По правде говоря, тревожил Гамлиэля совсем не возраст Колетт. Его беспокоил властный, часто деспотичный характер молодой женщины. «Смущение»? Не знаю такого слова. Всюду как у себя дома, ни в чем не сомневается, никаких колебаний не испытывает, всегда знает, что надо делать, куда пойти, сколько это будет стоить и какое время займет. Любовника она старалась держать под полным контролем и, похоже, получала от этого истинное наслаждение.

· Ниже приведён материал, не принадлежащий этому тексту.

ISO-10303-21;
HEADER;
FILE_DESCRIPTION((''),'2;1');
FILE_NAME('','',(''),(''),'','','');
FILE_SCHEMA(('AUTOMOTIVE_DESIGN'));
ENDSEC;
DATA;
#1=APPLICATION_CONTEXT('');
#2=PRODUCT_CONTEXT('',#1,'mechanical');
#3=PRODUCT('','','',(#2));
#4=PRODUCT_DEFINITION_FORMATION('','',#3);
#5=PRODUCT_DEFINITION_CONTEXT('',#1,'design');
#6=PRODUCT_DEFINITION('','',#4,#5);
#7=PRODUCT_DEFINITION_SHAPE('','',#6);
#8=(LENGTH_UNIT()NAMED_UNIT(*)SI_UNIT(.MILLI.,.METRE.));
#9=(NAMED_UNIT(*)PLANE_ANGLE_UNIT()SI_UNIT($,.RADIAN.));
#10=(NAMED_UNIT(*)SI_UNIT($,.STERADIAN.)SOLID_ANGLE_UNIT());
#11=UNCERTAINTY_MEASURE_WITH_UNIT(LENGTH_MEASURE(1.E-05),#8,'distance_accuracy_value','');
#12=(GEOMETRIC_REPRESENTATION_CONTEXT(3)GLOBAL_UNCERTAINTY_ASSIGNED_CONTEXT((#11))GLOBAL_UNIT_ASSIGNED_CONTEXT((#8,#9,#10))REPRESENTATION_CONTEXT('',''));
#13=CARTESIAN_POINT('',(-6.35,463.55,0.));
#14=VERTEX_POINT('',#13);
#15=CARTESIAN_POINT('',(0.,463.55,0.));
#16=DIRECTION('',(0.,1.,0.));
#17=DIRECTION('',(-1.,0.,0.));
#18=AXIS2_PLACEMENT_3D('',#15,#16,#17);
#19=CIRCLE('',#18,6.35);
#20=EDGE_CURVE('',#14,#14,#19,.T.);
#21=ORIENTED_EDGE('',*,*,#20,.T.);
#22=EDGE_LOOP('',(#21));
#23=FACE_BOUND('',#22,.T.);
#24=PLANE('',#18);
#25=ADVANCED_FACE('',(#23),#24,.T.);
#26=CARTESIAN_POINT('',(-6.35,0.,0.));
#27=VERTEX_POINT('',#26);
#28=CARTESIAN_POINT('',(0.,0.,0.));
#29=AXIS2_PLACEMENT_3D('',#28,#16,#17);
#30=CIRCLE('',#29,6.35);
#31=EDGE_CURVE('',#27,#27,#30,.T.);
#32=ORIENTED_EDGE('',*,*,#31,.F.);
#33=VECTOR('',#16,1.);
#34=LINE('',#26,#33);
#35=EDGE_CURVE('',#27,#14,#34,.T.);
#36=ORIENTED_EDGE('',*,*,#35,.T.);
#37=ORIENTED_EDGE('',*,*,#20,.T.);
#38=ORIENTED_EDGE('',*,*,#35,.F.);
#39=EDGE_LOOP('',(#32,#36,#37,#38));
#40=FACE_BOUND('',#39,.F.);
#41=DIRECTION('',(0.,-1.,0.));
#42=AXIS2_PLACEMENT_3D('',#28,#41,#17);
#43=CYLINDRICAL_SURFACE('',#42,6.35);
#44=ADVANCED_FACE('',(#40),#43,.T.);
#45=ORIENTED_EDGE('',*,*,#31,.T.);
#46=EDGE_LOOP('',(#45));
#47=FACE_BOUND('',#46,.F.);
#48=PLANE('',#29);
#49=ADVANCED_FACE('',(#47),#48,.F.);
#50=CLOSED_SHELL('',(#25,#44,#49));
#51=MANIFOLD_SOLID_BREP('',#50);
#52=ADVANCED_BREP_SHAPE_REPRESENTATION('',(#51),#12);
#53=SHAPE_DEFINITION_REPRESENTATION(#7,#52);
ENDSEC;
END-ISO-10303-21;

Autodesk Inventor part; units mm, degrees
ref_plane "YZ Plane" through (0, 0, 0) normal (1, 0, 0) x (0, 1, 0)
ref_plane "XZ Plane" through (0, 0, 0) normal (0, 1, 0) x (-1, 0, 0)
ref_plane "XY Plane" through (0, 0, 0) normal (0, 0, 1) x (1, 0, 0)
sketch "Sketch1" plane through (0, 0, 0) normal (0, 1, 0) x (-1, 0, 0)
  circle A0 centre (0, 0) radius 6.35
  dimension "d0" = 12.7
extrude "Extrusion1" add sketch "Sketch1" along normal blind 463.55
properties part number "SquareCrossBrace"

Она представила его родителям и двум братьям, которые еще учились в лицее. Отец, владелец фабрики кожаной галантереи, излучал сердечность. Этот шестидесятилетний господин с круглым лицом и заметным брюшком постоянно раскуривал толстую сигару, которая тут же гасла. Говорить он предпочитал о своем бизнесе. «Это на тот случай, — сказал он однажды со смешком, — если вы с Колетт… В общем, лучше сразу ввести вас в курс дела…» Гамлиэль покраснел и отвернулся. Зато мать, увешанная драгоценностями, как на благотворительном вечере, энтузиазма отнюдь не проявляла. «Вы хорошо говорите на нашем языке, молодой человек. Но какой же вы национальности?» Гамлиэль ответил, что он апатрид. «Что значит апатрид, это нация такая?» — «Мама, — неловко вмешался один из лицеистов, — это такой человек, у которого нет национальности». — «Но как же так…» Супруг прервал ее: «Ну и что? Любой апатрид может стать французом, как мы с тобой. Ему достаточно жениться на француженке…» Мамаша недоверчиво покачала головой. «Это несправедливо, совсем несправедливо, я так думаю. Мне кажется, что это слишком легко, легко до неприличия». — «Что легко, — переспросил один из лицеистов игривым тоном, — натурализоваться или жениться?» Колетт попыталась сменить тему: «Это не тот случай. Гамлиэль — то есть Петер — очень не любит все, что легко дается». Мамашу трудно было сбить с курса: «А почему ты назвала его другим именем? И таким странным…» — «Я оговорилась, мама. Его зовут Петер». Мать безнадежно всплеснула руками: «А кто ваши родители, молодой человек? Где они? Чем занимается ваш отец?» — «Хватит, мама, — гневно сказала Колетт. — У Петера нет родителей!»